Remove the stems and wash the leaves. Chop the mint leaves and place 1 – 2 teaspoons into each compartment of an ice cube tray or similar divided container, filling about halfway. Cover with clean water and freeze. Once the cubes have frozen, remove them from the container and place them in a resealable freezer bag or container. Label, date and freeze up to 3 months.

Use in hot and iced teas, toss into salads and salad dressings, add to fresh fruit and protein smoothies for extra Vitamin A, iron and help relief from indigestion.

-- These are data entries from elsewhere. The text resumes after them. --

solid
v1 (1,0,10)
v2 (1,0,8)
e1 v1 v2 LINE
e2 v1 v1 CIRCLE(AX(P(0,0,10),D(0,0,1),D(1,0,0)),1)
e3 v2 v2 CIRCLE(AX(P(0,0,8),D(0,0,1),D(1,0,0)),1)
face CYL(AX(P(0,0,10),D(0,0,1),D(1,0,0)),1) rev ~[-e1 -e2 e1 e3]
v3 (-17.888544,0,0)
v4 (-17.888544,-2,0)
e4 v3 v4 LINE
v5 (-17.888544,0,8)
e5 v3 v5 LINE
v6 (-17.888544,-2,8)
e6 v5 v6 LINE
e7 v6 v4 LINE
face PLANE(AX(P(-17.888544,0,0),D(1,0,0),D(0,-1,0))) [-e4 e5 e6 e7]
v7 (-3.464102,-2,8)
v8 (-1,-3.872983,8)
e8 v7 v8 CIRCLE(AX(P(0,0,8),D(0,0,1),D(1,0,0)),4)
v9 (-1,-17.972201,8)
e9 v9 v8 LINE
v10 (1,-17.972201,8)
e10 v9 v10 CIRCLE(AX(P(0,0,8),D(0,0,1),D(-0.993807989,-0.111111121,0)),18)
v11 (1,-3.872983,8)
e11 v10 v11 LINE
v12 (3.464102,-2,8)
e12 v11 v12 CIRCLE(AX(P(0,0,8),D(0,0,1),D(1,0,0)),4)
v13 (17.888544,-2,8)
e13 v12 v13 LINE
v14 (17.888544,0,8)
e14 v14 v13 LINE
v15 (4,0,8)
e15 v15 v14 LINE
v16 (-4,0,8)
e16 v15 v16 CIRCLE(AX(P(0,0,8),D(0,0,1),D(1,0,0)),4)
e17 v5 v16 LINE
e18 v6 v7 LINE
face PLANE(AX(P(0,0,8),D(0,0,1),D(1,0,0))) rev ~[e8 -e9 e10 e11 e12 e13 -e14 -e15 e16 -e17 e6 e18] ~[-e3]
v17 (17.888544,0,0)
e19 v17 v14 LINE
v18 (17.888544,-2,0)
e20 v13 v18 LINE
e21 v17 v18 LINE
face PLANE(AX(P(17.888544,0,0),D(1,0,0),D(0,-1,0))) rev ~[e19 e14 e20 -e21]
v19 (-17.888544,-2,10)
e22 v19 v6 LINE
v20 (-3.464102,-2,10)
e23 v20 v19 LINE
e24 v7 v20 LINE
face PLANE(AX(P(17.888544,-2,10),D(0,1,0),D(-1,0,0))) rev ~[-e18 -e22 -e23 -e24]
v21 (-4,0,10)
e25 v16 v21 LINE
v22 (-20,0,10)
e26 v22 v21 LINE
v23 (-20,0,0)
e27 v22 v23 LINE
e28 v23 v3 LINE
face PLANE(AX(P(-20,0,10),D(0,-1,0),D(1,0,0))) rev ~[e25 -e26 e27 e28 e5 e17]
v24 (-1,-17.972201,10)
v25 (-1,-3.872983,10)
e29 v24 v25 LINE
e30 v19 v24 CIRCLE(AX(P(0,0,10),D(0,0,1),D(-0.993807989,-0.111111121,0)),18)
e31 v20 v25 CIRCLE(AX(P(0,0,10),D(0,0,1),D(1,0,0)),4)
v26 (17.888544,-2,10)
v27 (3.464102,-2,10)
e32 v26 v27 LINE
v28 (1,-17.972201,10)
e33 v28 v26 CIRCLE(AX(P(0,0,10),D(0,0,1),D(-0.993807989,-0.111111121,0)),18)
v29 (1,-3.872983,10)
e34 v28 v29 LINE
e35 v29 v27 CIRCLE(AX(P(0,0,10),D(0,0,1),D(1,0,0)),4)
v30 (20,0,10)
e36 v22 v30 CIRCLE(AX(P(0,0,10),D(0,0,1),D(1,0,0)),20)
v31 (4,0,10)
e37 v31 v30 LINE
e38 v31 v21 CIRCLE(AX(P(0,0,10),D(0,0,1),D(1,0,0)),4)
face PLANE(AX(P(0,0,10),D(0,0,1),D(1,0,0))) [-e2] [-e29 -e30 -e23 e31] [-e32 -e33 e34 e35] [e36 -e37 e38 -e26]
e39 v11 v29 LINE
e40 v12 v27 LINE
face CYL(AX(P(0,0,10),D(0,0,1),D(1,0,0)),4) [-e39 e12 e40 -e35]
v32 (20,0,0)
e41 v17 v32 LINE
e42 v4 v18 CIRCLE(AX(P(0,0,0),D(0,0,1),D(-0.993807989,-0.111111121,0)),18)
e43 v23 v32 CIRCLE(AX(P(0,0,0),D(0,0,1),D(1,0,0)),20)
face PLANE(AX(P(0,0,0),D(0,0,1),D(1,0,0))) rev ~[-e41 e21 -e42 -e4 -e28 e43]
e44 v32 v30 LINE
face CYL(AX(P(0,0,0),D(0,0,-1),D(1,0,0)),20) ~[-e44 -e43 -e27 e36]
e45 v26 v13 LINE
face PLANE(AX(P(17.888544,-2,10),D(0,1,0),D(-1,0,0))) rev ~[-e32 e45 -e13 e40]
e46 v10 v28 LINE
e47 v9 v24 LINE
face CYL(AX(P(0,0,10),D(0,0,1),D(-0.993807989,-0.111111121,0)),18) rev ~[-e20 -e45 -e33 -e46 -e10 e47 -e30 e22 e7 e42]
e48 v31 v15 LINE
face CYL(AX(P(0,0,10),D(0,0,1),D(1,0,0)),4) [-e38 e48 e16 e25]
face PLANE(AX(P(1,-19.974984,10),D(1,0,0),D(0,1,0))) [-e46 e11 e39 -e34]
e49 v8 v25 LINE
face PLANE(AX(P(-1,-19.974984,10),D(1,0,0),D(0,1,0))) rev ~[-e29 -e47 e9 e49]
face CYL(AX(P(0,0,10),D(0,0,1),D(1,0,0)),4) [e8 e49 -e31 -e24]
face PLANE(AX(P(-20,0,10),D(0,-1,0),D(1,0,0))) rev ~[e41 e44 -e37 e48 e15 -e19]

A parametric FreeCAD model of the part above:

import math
import FreeCAD as App
import Part
import Sketcher

V = App.Vector
Q = App.Units.Quantity

doc = App.newDocument("Part")
params = doc.addObject("Spreadsheet::Sheet", "Params")
for row, (alias, value) in enumerate([
    ("sketch1_diameter", "40 mm"),
    ("pad1_length", "10 mm"),
    ("sketch2_radius", "20 mm"),
    ("pocket1_length", "25 mm"),
    ("sketch3_radius", "20 mm"),
    ("pocket2_length", "25 mm"),
    ("sketch4_radius", "18 mm"),
    ("pocket3_length", "25 mm"),
    ("sketch5_height", "2 mm"),
    ("pocket4_length", "8 mm"),
    ("sketch6_width", "2 mm"),
    ("pad2_length", "2 mm"),
    ("sketch7_diameter", "8 mm"),
    ("pad3_length", "2 mm"),
    ("sketch8_diameter", "2 mm"),
    ("pocket5_length", "25 mm"),
], start=1):
    params.set(f"A{row}", alias)
    params.set(f"B{row}", "=" + value)
    params.setAlias(f"B{row}", alias)

body = doc.addObject("PartDesign::Body", "Body")

sketch1 = doc.addObject("Sketcher::SketchObject", "Sketch")
body.addObject(sketch1)
sketch1.AttachmentSupport = (doc.XY_Plane, [""])
sketch1.MapMode = "FlatFace"
sketch1.addGeometry(Part.Circle(V(0, 0, 0), V(0, 0, 1), 20), False)
sketch1.addConstraint(Sketcher.Constraint("Coincident", 0, 3, -1, 1))
sketch1.addConstraint(Sketcher.Constraint("Diameter", 0, Q("40 mm")))
sketch1.setExpression("Constraints[1]", "Params.sketch1_diameter")
pad1 = doc.addObject("PartDesign::Pad", "Pad")
body.addObject(pad1)
pad1.Profile = sketch1
pad1.setExpression("Length", "Params.pad1_length")

sketch2 = doc.addObject("Sketcher::SketchObject", "Sketch001")
body.addObject(sketch2)
sketch2.AttachmentSupport = (doc.XY_Plane, [""])
sketch2.MapMode = "FlatFace"
sketch2.AttachmentOffset = App.Placement(V(0, 0, 10), App.Rotation())
sketch2.addGeometry(Part.LineSegment(V(-20, 0, 0), V(20, 0, 0)), False)
sketch2.addGeometry(Part.ArcOfCircle(Part.Circle(V(0, 0, 0), V(0, 0, 1), 20), math.radians(0), math.radians(180)), False)
sketch2.addConstraint(Sketcher.Constraint("Coincident", 0, 1, 1, 2))
sketch2.addConstraint(Sketcher.Constraint("Coincident", 1, 1, 0, 2))
sketch2.addConstraint(Sketcher.Constraint("Horizontal", 0))
sketch2.addConstraint(Sketcher.Constraint("Coincident", 1, 3, -1, 1))
sketch2.addConstraint(Sketcher.Constraint("PointOnObject", 0, 1, -1))
sketch2.addConstraint(Sketcher.Constraint("Radius", 1, Q("20 mm")))
sketch2.setExpression("Constraints[5]", "Params.sketch2_radius")
pocket1 = doc.addObject("PartDesign::Pocket", "Pocket")
body.addObject(pocket1)
pocket1.Profile = sketch2
pocket1.setExpression("Length", "Params.pocket1_length")

sketch3 = doc.addObject("Sketcher::SketchObject", "Sketch002")
body.addObject(sketch3)
sketch3.AttachmentSupport = (doc.XY_Plane, [""])
sketch3.MapMode = "FlatFace"
sketch3.AttachmentOffset = App.Placement(V(0, 0, 10), App.Rotation())
sketch3.addGeometry(Part.LineSegment(V(-20, 0, 0), V(20, 0, 0)), False)
sketch3.addGeometry(Part.ArcOfCircle(Part.Circle(V(0, 0, 0), V(0, 0, 1), 20), math.radians(0), math.radians(180)), False)
sketch3.addConstraint(Sketcher.Constraint("Coincident", 0, 1, 1, 2))
sketch3.addConstraint(Sketcher.Constraint("Coincident", 1, 1, 0, 2))
sketch3.addConstraint(Sketcher.Constraint("Horizontal", 0))
sketch3.addConstraint(Sketcher.Constraint("Coincident", 1, 3, -1, 1))
sketch3.addConstraint(Sketcher.Constraint("PointOnObject", 0, 1, -1))
sketch3.addConstraint(Sketcher.Constraint("Radius", 1, Q("20 mm")))
sketch3.setExpression("Constraints[5]", "Params.sketch3_radius")
pocket2 = doc.addObject("PartDesign::Pocket", "Pocket001")
body.addObject(pocket2)
pocket2.Profile = sketch3
pocket2.setExpression("Length", "Params.pocket2_length")

sketch4 = doc.addObject("Sketcher::SketchObject", "Sketch003")
body.addObject(sketch4)
sketch4.AttachmentSupport = (doc.XY_Plane, [""])
sketch4.MapMode = "FlatFace"
sketch4.AttachmentOffset = App.Placement(V(0, 0, 10), App.Rotation())
sketch4.addGeometry(Part.ArcOfCircle(Part.Circle(V(0, 0, 0), V(0, 0, 1), 18), math.radians(-174), math.radians(-6)), False)
sketch4.addGeometry(Part.LineSegment(V(18, -2, 0), V(-18, -2, 0)), False)
sketch4.addConstraint(Sketcher.Constraint("Coincident", 0, 1, 1, 2))
sketch4.addConstraint(Sketcher.Constraint("Coincident", 1, 1, 0, 2))
sketch4.addConstraint(Sketcher.Constraint("Horizontal", 1))
sketch4.addConstraint(Sketcher.Constraint("Coincident", 0, 3, -1, 1))
sketch4.addConstraint(Sketcher.Constraint("Radius", 0, Q("18 mm")))
sketch4.addConstraint(Sketcher.Constraint("DistanceY", 0, 1, -1, 1, Q("2 mm")))
sketch4.setExpression("Constraints[4]", "Params.sketch4_radius")
pocket3 = doc.addObject("PartDesign::Pocket", "Pocket002")
body.addObject(pocket3)
pocket3.Profile = sketch4
pocket3.setExpression("Length", "Params.pocket3_length")

sketch5 = doc.addObject("Sketcher::SketchObject", "Sketch004")
body.addObject(sketch5)
sketch5.AttachmentSupport = (doc.XY_Plane, [""])
sketch5.MapMode = "FlatFace"
sketch5.addGeometry(Part.LineSegment(V(-17.9, -2, 0), V(-17.9, 0, 0)), False)
sketch5.addGeometry(Part.LineSegment(V(-17.9, 0, 0), V(17.9, 0, 0)), False)
sketch5.addGeometry(Part.LineSegment(V(17.9, 0, 0), V(17.9, -2, 0)), False)
sketch5.addGeometry(Part.LineSegment(V(17.9, -2, 0), V(-17.9, -2, 0)), False)
sketch5.addConstraint(Sketcher.Constraint("Coincident", 0, 2, 1, 1))
sketch5.addConstraint(Sketcher.Constraint("Coincident", 1, 2, 2, 1))
sketch5.addConstraint(Sketcher.Constraint("Coincident", 2, 2, 3, 1))
sketch5.addConstraint(Sketcher.Constraint("Coincident", 3, 2, 0, 1))
sketch5.addConstraint(Sketcher.Constraint("Vertical", 0))
sketch5.addConstraint(Sketcher.Constraint("Horizontal", 1))
sketch5.addConstraint(Sketcher.Constraint("Vertical", 2))
sketch5.addConstraint(Sketcher.Constraint("Horizontal", 3))
sketch5.addConstraint(Sketcher.Constraint("Symmetric", 0, 2, 1, 2, -1, 1))
sketch5.addConstraint(Sketcher.Constraint("DistanceY", 0, 1, 0, 2, Q("2 mm")))
sketch5.addConstraint(Sketcher.Constraint("DistanceX", 1, 1, 1, 2, Q("35.777088 mm")))
sketch5.setExpression("Constraints[9]", "Params.sketch5_height")
pocket4 = doc.addObject("PartDesign::Pocket", "Pocket003")
body.addObject(pocket4)
pocket4.Profile = sketch5
pocket4.setExpression("Length", "Params.pocket4_length")
pocket4.Reversed = True

sketch6 = doc.addObject("Sketcher::SketchObject", "Sketch005")
body.addObject(sketch6)
sketch6.AttachmentSupport = (doc.XY_Plane, [""])
sketch6.MapMode = "FlatFace"
sketch6.AttachmentOffset = App.Placement(V(0, 0, 10), App.Rotation())
sketch6.addGeometry(Part.LineSegment(V(-1, -2, 0), V(-1, -20, 0)), False)
sketch6.addGeometry(Part.LineSegment(V(-1, -20, 0), V(1, -20, 0)), False)
sketch6.addGeometry(Part.LineSegment(V(1, -20, 0), V(1, -2, 0)), False)
sketch6.addGeometry(Part.LineSegment(V(1, -2, 0), V(-1, -2, 0)), False)
sketch6.addConstraint(Sketcher.Constraint("Coincident", 0, 2, 1, 1))
sketch6.addConstraint(Sketcher.Constraint("Coincident", 1, 2, 2, 1))
sketch6.addConstraint(Sketcher.Constraint("Coincident", 2, 2, 3, 1))
sketch6.addConstraint(Sketcher.Constraint("Coincident", 3, 2, 0, 1))
sketch6.addConstraint(Sketcher.Constraint("Vertical", 0))
sketch6.addConstraint(Sketcher.Constraint("Horizontal", 1))
sketch6.addConstraint(Sketcher.Constraint("Vertical", 2))
sketch6.addConstraint(Sketcher.Constraint("Horizontal", 3))
sketch6.addConstraint(Sketcher.Constraint("DistanceX", 1, 1, 1, 2, Q("2 mm")))
sketch6.addConstraint(Sketcher.Constraint("DistanceX", 0, 2, -1, 1, Q("1 mm")))
sketch6.addConstraint(Sketcher.Constraint("DistanceY", 2, 2, -1, 1, Q("2 mm")))
sketch6.addConstraint(Sketcher.Constraint("DistanceY", 0, 2, 0, 1, Q("17.974984 mm")))
sketch6.setExpression("Constraints[8]", "Params.sketch6_width")
pad2 = doc.addObject("PartDesign::Pad", "Pad001")
body.addObject(pad2)
pad2.Profile = sketch6
pad2.setExpression("Length", "Params.pad2_length")
pad2.Reversed = True

sketch7 = doc.addObject("Sketcher::SketchObject", "Sketch006")
body.addObject(sketch7)
sketch7.AttachmentSupport = (doc.XY_Plane, [""])
sketch7.MapMode = "FlatFace"
sketch7.AttachmentOffset = App.Placement(V(0, 0, 10), App.Rotation())
sketch7.addGeometry(Part.Circle(V(0, 0, 0), V(0, 0, 1), 4), False)
sketch7.addConstraint(Sketcher.Constraint("Coincident", 0, 3, -1, 1))
sketch7.addConstraint(Sketcher.Constraint("Diameter", 0, Q("8 mm")))
sketch7.setExpression("Constraints[1]", "Params.sketch7_diameter")
pad3 = doc.addObject("PartDesign::Pad", "Pad002")
body.addObject(pad3)
pad3.Profile = sketch7
pad3.setExpression("Length", "Params.pad3_length")
pad3.Reversed = True

sketch8 = doc.addObject("Sketcher::SketchObject", "Sketch007")
body.addObject(sketch8)
sketch8.AttachmentSupport = (doc.XY_Plane, [""])
sketch8.MapMode = "FlatFace"
sketch8.AttachmentOffset = App.Placement(V(0, 0, 10), App.Rotation())
sketch8.addGeometry(Part.Circle(V(0, 0, 0), V(0, 0, 1), 1), False)
sketch8.addConstraint(Sketcher.Constraint("Coincident", 0, 3, -1, 1))
sketch8.addConstraint(Sketcher.Constraint("Diameter", 0, Q("2 mm")))
sketch8.setExpression("Constraints[1]", "Params.sketch8_diameter")
pocket5 = doc.addObject("PartDesign::Pocket", "Pocket004")
body.addObject(pocket5)
pocket5.Profile = sketch8
pocket5.setExpression("Length", "Params.pocket5_length")

doc.recompute()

Freezing Green Vegetables and Peppers

Choose produce that does not have blemishes. Wash and trim the product (peppers should be stemmed and seeds removed), then blanch them in boiling water for 30 seconds to prevent natural enzymes from damaging the color and nutrients and to destroy any microorganisms. After 1 minute, drain and drop into a bowl of ice water. Pat completely dry and place in a single layer on a baking sheet lined with parchment or wax paper. Transfer to resealable bags or freezer containers. Label, date and freeze.